● **EXTRACTED MATERIAL**:
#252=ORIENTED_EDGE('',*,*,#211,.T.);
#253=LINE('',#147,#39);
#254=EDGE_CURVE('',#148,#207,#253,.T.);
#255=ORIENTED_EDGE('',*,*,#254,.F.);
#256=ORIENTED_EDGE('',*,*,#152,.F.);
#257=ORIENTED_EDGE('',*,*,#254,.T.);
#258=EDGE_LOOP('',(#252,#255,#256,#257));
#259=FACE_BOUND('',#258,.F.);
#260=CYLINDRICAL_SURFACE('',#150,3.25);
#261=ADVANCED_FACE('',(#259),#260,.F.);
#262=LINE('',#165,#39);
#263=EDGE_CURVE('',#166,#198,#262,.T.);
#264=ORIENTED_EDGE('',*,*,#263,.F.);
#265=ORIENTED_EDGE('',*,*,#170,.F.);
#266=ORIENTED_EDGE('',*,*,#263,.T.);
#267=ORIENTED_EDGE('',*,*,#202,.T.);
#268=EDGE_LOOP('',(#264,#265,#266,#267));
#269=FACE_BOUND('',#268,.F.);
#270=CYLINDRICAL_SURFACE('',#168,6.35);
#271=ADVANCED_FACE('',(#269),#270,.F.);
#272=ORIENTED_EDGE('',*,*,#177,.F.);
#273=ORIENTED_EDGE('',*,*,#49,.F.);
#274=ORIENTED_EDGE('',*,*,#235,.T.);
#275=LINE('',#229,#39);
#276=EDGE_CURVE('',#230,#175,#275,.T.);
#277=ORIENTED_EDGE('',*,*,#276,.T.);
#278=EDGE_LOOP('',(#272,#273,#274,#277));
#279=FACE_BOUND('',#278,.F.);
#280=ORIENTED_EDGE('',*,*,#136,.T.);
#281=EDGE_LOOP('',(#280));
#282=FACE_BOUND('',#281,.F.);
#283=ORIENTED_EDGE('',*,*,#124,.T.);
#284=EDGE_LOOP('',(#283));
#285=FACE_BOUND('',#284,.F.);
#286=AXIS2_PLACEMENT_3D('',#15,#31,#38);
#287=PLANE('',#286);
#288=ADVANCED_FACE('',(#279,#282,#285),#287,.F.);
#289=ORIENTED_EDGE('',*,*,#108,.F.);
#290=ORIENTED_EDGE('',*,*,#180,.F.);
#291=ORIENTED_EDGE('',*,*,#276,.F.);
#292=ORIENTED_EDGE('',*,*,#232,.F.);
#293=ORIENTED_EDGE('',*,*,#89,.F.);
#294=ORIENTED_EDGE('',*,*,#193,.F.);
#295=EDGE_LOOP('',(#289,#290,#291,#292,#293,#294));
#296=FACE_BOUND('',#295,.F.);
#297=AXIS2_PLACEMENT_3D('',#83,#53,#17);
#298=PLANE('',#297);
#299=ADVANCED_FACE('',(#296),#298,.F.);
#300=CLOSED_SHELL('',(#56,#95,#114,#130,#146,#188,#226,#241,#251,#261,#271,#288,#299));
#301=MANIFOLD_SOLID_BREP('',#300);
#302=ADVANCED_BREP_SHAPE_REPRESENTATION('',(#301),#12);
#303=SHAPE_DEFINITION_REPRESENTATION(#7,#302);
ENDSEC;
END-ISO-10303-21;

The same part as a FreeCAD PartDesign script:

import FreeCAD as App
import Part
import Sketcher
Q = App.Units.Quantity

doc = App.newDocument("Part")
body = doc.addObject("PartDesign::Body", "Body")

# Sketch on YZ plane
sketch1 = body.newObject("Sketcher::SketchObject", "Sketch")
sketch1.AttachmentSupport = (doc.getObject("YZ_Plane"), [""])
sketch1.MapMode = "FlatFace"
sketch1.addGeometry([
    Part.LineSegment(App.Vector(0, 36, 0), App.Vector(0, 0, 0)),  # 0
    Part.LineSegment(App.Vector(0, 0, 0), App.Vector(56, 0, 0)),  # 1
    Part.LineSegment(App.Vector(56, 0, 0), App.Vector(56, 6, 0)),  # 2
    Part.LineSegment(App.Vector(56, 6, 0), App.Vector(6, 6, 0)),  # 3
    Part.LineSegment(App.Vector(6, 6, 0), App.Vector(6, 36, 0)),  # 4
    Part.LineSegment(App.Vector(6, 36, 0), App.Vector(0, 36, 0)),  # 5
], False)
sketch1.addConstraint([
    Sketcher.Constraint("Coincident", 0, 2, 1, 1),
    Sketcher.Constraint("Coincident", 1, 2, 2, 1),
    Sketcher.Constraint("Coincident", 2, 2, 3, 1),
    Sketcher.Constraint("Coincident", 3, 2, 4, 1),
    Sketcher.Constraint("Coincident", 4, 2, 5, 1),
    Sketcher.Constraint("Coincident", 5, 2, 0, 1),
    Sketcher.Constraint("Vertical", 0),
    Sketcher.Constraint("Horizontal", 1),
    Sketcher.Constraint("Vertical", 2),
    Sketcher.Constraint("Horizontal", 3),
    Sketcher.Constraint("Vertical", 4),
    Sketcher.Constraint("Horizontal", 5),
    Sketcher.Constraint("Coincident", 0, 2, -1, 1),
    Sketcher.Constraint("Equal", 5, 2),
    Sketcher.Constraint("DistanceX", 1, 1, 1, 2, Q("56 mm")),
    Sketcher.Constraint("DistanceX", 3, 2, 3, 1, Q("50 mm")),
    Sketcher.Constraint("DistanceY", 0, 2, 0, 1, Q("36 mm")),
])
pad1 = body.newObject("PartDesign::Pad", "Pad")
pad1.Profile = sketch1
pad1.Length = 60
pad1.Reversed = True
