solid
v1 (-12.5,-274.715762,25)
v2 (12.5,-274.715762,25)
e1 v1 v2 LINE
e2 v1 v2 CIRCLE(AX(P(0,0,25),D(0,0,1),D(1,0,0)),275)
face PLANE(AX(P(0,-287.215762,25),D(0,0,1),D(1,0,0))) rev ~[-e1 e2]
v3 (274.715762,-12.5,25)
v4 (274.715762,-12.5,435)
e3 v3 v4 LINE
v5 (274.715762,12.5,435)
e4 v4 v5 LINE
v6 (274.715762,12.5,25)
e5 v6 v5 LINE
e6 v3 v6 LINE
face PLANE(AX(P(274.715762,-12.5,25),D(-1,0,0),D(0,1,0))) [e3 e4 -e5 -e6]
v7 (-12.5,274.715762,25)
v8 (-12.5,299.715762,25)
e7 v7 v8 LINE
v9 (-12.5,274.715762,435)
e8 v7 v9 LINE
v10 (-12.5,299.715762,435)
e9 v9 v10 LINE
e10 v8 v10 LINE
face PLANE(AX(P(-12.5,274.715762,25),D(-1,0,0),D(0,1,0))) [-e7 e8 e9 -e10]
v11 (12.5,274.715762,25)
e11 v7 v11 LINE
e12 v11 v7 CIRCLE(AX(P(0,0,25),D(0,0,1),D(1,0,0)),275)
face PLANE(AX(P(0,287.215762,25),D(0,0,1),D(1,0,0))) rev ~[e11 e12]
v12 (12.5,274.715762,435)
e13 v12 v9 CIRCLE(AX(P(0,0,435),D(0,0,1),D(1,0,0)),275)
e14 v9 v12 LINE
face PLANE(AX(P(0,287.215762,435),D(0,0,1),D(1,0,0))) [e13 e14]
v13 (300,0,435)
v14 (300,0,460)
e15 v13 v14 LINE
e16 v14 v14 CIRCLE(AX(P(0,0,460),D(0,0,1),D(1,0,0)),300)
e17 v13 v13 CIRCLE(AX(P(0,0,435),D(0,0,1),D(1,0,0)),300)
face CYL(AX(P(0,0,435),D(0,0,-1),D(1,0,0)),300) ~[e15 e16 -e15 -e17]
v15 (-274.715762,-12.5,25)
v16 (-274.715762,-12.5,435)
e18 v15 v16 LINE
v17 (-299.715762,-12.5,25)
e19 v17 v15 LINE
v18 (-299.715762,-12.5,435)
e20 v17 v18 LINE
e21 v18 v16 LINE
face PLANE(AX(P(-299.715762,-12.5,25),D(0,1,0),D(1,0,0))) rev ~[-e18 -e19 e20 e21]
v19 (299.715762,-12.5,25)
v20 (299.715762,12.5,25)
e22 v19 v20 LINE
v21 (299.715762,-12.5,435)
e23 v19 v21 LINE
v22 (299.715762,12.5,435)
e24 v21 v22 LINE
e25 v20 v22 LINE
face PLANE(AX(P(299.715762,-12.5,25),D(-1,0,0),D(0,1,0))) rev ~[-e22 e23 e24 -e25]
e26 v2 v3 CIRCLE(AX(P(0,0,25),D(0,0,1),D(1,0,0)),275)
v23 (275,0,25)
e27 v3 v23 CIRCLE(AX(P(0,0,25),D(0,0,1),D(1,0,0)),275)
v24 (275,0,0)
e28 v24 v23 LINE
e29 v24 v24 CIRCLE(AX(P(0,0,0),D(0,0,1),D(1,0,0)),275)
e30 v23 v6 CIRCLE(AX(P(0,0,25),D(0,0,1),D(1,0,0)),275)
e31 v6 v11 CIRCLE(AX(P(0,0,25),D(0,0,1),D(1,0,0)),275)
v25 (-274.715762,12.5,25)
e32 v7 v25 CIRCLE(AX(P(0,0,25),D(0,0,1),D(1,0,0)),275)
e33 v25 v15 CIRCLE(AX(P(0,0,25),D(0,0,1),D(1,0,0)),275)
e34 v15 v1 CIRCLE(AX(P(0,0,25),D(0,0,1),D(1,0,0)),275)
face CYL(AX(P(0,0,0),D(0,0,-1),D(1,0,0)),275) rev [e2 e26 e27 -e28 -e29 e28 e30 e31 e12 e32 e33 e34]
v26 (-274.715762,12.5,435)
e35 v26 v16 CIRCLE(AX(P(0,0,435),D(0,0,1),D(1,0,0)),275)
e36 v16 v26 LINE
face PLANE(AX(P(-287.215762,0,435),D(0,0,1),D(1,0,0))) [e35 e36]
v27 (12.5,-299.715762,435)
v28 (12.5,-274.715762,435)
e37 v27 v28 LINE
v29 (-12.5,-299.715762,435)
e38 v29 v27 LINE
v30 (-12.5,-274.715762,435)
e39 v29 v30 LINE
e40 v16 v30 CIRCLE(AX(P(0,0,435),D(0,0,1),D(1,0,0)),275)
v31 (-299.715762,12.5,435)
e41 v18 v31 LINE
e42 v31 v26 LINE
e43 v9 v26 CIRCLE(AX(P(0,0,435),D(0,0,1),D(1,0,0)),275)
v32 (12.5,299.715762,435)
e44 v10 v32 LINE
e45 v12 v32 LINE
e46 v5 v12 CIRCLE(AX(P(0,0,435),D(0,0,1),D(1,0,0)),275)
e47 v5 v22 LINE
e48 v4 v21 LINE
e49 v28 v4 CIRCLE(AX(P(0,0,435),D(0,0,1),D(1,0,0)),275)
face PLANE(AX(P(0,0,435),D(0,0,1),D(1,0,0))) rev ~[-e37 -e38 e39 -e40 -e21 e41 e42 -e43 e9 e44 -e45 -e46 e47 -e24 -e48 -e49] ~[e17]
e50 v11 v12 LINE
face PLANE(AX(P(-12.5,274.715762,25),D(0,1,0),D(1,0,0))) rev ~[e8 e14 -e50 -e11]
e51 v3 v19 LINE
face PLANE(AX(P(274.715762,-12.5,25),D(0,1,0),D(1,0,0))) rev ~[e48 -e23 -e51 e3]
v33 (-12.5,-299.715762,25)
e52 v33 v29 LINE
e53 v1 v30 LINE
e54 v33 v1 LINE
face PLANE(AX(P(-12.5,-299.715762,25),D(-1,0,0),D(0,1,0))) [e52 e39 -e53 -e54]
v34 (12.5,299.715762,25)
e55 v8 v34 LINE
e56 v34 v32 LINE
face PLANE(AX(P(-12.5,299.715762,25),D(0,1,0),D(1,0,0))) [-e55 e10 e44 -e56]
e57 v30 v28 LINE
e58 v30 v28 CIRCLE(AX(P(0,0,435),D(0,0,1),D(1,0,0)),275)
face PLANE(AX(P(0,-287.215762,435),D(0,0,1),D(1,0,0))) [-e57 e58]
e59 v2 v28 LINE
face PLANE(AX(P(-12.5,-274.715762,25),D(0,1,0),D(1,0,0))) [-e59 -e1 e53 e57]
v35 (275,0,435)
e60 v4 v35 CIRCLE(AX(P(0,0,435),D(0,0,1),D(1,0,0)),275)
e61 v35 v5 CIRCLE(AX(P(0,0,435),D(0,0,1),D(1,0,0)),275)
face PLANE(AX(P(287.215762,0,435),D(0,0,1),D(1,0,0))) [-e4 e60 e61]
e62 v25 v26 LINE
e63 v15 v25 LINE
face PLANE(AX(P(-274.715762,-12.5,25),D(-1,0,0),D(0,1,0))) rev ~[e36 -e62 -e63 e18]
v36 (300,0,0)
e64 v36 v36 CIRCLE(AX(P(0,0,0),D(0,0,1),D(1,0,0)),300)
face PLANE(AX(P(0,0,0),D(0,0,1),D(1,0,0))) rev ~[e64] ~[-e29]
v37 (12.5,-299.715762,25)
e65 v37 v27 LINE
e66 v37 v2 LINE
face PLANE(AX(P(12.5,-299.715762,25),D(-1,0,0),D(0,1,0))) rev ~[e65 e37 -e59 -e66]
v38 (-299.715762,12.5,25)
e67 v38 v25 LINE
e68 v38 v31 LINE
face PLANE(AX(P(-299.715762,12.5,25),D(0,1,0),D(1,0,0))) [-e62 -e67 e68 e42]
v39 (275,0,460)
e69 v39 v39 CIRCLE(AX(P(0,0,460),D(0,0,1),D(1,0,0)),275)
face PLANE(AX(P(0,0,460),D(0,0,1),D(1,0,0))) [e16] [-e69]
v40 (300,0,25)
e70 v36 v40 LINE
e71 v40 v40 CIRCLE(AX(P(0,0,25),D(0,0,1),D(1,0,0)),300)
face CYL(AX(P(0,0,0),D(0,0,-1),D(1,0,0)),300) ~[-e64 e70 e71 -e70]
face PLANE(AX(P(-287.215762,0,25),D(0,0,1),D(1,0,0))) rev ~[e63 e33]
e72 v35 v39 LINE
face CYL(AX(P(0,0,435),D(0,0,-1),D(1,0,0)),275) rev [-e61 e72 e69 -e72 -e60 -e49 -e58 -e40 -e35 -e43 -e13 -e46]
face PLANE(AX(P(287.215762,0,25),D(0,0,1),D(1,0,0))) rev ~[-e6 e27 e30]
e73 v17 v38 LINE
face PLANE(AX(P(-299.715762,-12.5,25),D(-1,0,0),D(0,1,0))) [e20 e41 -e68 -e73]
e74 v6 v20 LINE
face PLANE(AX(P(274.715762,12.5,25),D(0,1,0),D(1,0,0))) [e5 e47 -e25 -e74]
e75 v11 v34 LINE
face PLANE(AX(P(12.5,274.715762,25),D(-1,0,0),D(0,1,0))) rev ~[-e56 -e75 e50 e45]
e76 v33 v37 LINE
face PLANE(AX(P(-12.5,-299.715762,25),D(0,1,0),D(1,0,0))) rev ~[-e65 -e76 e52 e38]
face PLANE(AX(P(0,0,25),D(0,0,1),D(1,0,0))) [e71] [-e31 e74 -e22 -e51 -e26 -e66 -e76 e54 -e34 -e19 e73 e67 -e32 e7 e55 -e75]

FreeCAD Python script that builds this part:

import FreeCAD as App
import Part
import Sketcher
from FreeCAD import Vector

doc = App.newDocument("Part")
body = doc.addObject("PartDesign::Body", "Body")

# Sketch on XY plane
sketch1 = body.newObject("Sketcher::SketchObject", "Sketch")
sketch1.AttachmentSupport = (doc.getObject("XY_Plane"), [""])
sketch1.MapMode = "FlatFace"
sketch1.addGeometry([
    Part.Circle(Vector(0, 0, 0), Vector(0, 0, 1), 300),
    Part.Circle(Vector(0, 0, 0), Vector(0, 0, 1), 275),
], False)
sketch1.addConstraint([
    Sketcher.Constraint("Coincident", 0, 3, -1, 1),
    Sketcher.Constraint("Coincident", 1, 3, -1, 1),
    Sketcher.Constraint("Diameter", 0, 600.0),
    Sketcher.Constraint("Diameter", 1, 550.0),
])
pad1 = body.newObject("PartDesign::Pad", "Pad")
pad1.Profile = sketch1
pad1.Length = 25

# Sketch on XY plane
sketch2 = body.newObject("Sketcher::SketchObject", "Sketch001")
sketch2.AttachmentSupport = (doc.getObject("XY_Plane"), [""])
sketch2.MapMode = "FlatFace"
sketch2.AttachmentOffset = App.Placement(Vector(0, 0, 25), App.Rotation())
sketch2.addGeometry([
    Part.LineSegment(Vector(-12, 300, 0), Vector(-12, 275, 0)),  # 0
    Part.LineSegment(Vector(-12, 275, 0), Vector(12, 275, 0)),  # 1
    Part.LineSegment(Vector(12, 275, 0), Vector(12, 300, 0)),  # 2
    Part.LineSegment(Vector(12, 300, 0), Vector(-12, 300, 0)),  # 3
    Part.LineSegment(Vector(-300, 12, 0), Vector(-300, -12, 0)),  # 4
    Part.LineSegment(Vector(-300, -12, 0), Vector(-275, -12, 0)),  # 5
    Part.LineSegment(Vector(-275, -12, 0), Vector(-275, 12, 0)),  # 6
    Part.LineSegment(Vector(-275, 12, 0), Vector(-300, 12, 0)),  # 7
    Part.LineSegment(Vector(-12, -275, 0), Vector(-12, -300, 0)),  # 8
    Part.LineSegment(Vector(-12, -300, 0), Vector(12, -300, 0)),  # 9
    Part.LineSegment(Vector(12, -300, 0), Vector(12, -275, 0)),  # 10
    Part.LineSegment(Vector(12, -275, 0), Vector(-12, -275, 0)),  # 11
    Part.LineSegment(Vector(275, 12, 0), Vector(275, -12, 0)),  # 12
    Part.LineSegment(Vector(275, -12, 0), Vector(300, -12, 0)),  # 13
    Part.LineSegment(Vector(300, -12, 0), Vector(300, 12, 0)),  # 14
    Part.LineSegment(Vector(300, 12, 0), Vector(275, 12, 0)),  # 15
], False)
sketch2.addConstraint([
    Sketcher.Constraint("Coincident", 0, 2, 1, 1),
    Sketcher.Constraint("Coincident", 1, 2, 2, 1),
    Sketcher.Constraint("Coincident", 2, 2, 3, 1),
    Sketcher.Constraint("Coincident", 3, 2, 0, 1),
    Sketcher.Constraint("Coincident", 4, 2, 5, 1),
    Sketcher.Constraint("Coincident", 5, 2, 6, 1),
    Sketcher.Constraint("Coincident", 6, 2, 7, 1),
    Sketcher.Constraint("Coincident", 7, 2, 4, 1),
    Sketcher.Constraint("Coincident", 8, 2, 9, 1),
    Sketcher.Constraint("Coincident", 9, 2, 10, 1),
    Sketcher.Constraint("Coincident", 10, 2, 11, 1),
    Sketcher.Constraint("Coincident", 11, 2, 8, 1),
    Sketcher.Constraint("Coincident", 12, 2, 13, 1),
    Sketcher.Constraint("Coincident", 13, 2, 14, 1),
    Sketcher.Constraint("Coincident", 14, 2, 15, 1),
    Sketcher.Constraint("Coincident", 15, 2, 12, 1),
    Sketcher.Constraint("Vertical", 0),
    Sketcher.Constraint("Horizontal", 1),
    Sketcher.Constraint("Vertical", 2),
    Sketcher.Constraint("Horizontal", 3),
    Sketcher.Constraint("Vertical", 4),
    Sketcher.Constraint("Horizontal", 5),
    Sketcher.Constraint("Vertical", 6),
    Sketcher.Constraint("Horizontal", 7),
    Sketcher.Constraint("Vertical", 8),
    Sketcher.Constraint("Horizontal", 9),
    Sketcher.Constraint("Vertical", 10),
    Sketcher.Constraint("Horizontal", 11),
    Sketcher.Constraint("Vertical", 12),
    Sketcher.Constraint("Horizontal", 13),
    Sketcher.Constraint("Vertical", 14),
    Sketcher.Constraint("Horizontal", 15),
    Sketcher.Constraint("Symmetric", 2, 2, 8, 2, -1, 1),
    Sketcher.Constraint("Symmetric", 0, 2, 10, 2, -1, 1),
    Sketcher.Constraint("Symmetric", 6, 2, 12, 2, -1, 1),
    Sketcher.Constraint("Symmetric", 4, 2, 14, 2, -1, 1),
    Sketcher.Constraint("Horizontal", 5, 2, 12, 2),
    Sketcher.Constraint("Vertical", 3, 2, 8, 2),
    Sketcher.Constraint("Equal", 3, 5),
    Sketcher.Constraint("Equal", 15, 0),
    Sketcher.Constraint("Equal", 2, 4),
    Sketcher.Constraint("DistanceX", 1, 1, 1, 2, 25.0),
    Sketcher.Constraint("DistanceY", -1, 1, 0, 2, 274.715762),
    Sketcher.Constraint("DistanceX", 4, 2, -1, 1, 299.715762),
])
pad2 = body.newObject("PartDesign::Pad", "Pad001")
pad2.Profile = sketch2
pad2.Length = 410

# Sketch on XY plane
sketch3 = body.newObject("Sketcher::SketchObject", "Sketch002")
sketch3.AttachmentSupport = (doc.getObject("XY_Plane"), [""])
sketch3.MapMode = "FlatFace"
sketch3.AttachmentOffset = App.Placement(Vector(0, 0, 435), App.Rotation())
sketch3.addGeometry([
    Part.Circle(Vector(0, 0, 0), Vector(0, 0, 1), 300),
    Part.Circle(Vector(0, 0, 0), Vector(0, 0, 1), 275),
], False)
sketch3.addConstraint([
    Sketcher.Constraint("Coincident", 0, 3, -1, 1),
    Sketcher.Constraint("Coincident", 1, 3, -1, 1),
    Sketcher.Constraint("Diameter", 0, 600.0),
    Sketcher.Constraint("Diameter", 1, 550.0),
])
pad3 = body.newObject("PartDesign::Pad", "Pad002")
pad3.Profile = sketch3
pad3.Length = 25

doc.recompute()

● **TASK DESCRIPTION**: Restate word for word the lines in the material above from the one with "v8 (-12.5,299.715762,25)" to the one with "e28 v24 v23 LINE"; both of those lines count, and nothing else does.

● **TASK SOLUTION**:
v8 (-12.5,299.715762,25)
e7 v7 v8 LINE
v9 (-12.5,274.715762,435)
e8 v7 v9 LINE
v10 (-12.5,299.715762,435)
e9 v9 v10 LINE
e10 v8 v10 LINE
face PLANE(AX(P(-12.5,274.715762,25),D(-1,0,0),D(0,1,0))) [-e7 e8 e9 -e10]
v11 (12.5,274.715762,25)
e11 v7 v11 LINE
e12 v11 v7 CIRCLE(AX(P(0,0,25),D(0,0,1),D(1,0,0)),275)
face PLANE(AX(P(0,287.215762,25),D(0,0,1),D(1,0,0))) rev ~[e11 e12]
v12 (12.5,274.715762,435)
e13 v12 v9 CIRCLE(AX(P(0,0,435),D(0,0,1),D(1,0,0)),275)
e14 v9 v12 LINE
face PLANE(AX(P(0,287.215762,435),D(0,0,1),D(1,0,0))) [e13 e14]
v13 (300,0,435)
v14 (300,0,460)
e15 v13 v14 LINE
e16 v14 v14 CIRCLE(AX(P(0,0,460),D(0,0,1),D(1,0,0)),300)
e17 v13 v13 CIRCLE(AX(P(0,0,435),D(0,0,1),D(1,0,0)),300)
face CYL(AX(P(0,0,435),D(0,0,-1),D(1,0,0)),300) ~[e15 e16 -e15 -e17]
v15 (-274.715762,-12.5,25)
v16 (-274.715762,-12.5,435)
e18 v15 v16 LINE
v17 (-299.715762,-12.5,25)
e19 v17 v15 LINE
v18 (-299.715762,-12.5,435)
e20 v17 v18 LINE
e21 v18 v16 LINE
face PLANE(AX(P(-299.715762,-12.5,25),D(0,1,0),D(1,0,0))) rev ~[-e18 -e19 e20 e21]
v19 (299.715762,-12.5,25)
v20 (299.715762,12.5,25)
e22 v19 v20 LINE
v21 (299.715762,-12.5,435)
e23 v19 v21 LINE
v22 (299.715762,12.5,435)
e24 v21 v22 LINE
e25 v20 v22 LINE
face PLANE(AX(P(299.715762,-12.5,25),D(-1,0,0),D(0,1,0))) rev ~[-e22 e23 e24 -e25]
e26 v2 v3 CIRCLE(AX(P(0,0,25),D(0,0,1),D(1,0,0)),275)
v23 (275,0,25)
e27 v3 v23 CIRCLE(AX(P(0,0,25),D(0,0,1),D(1,0,0)),275)
v24 (275,0,0)
e28 v24 v23 LINE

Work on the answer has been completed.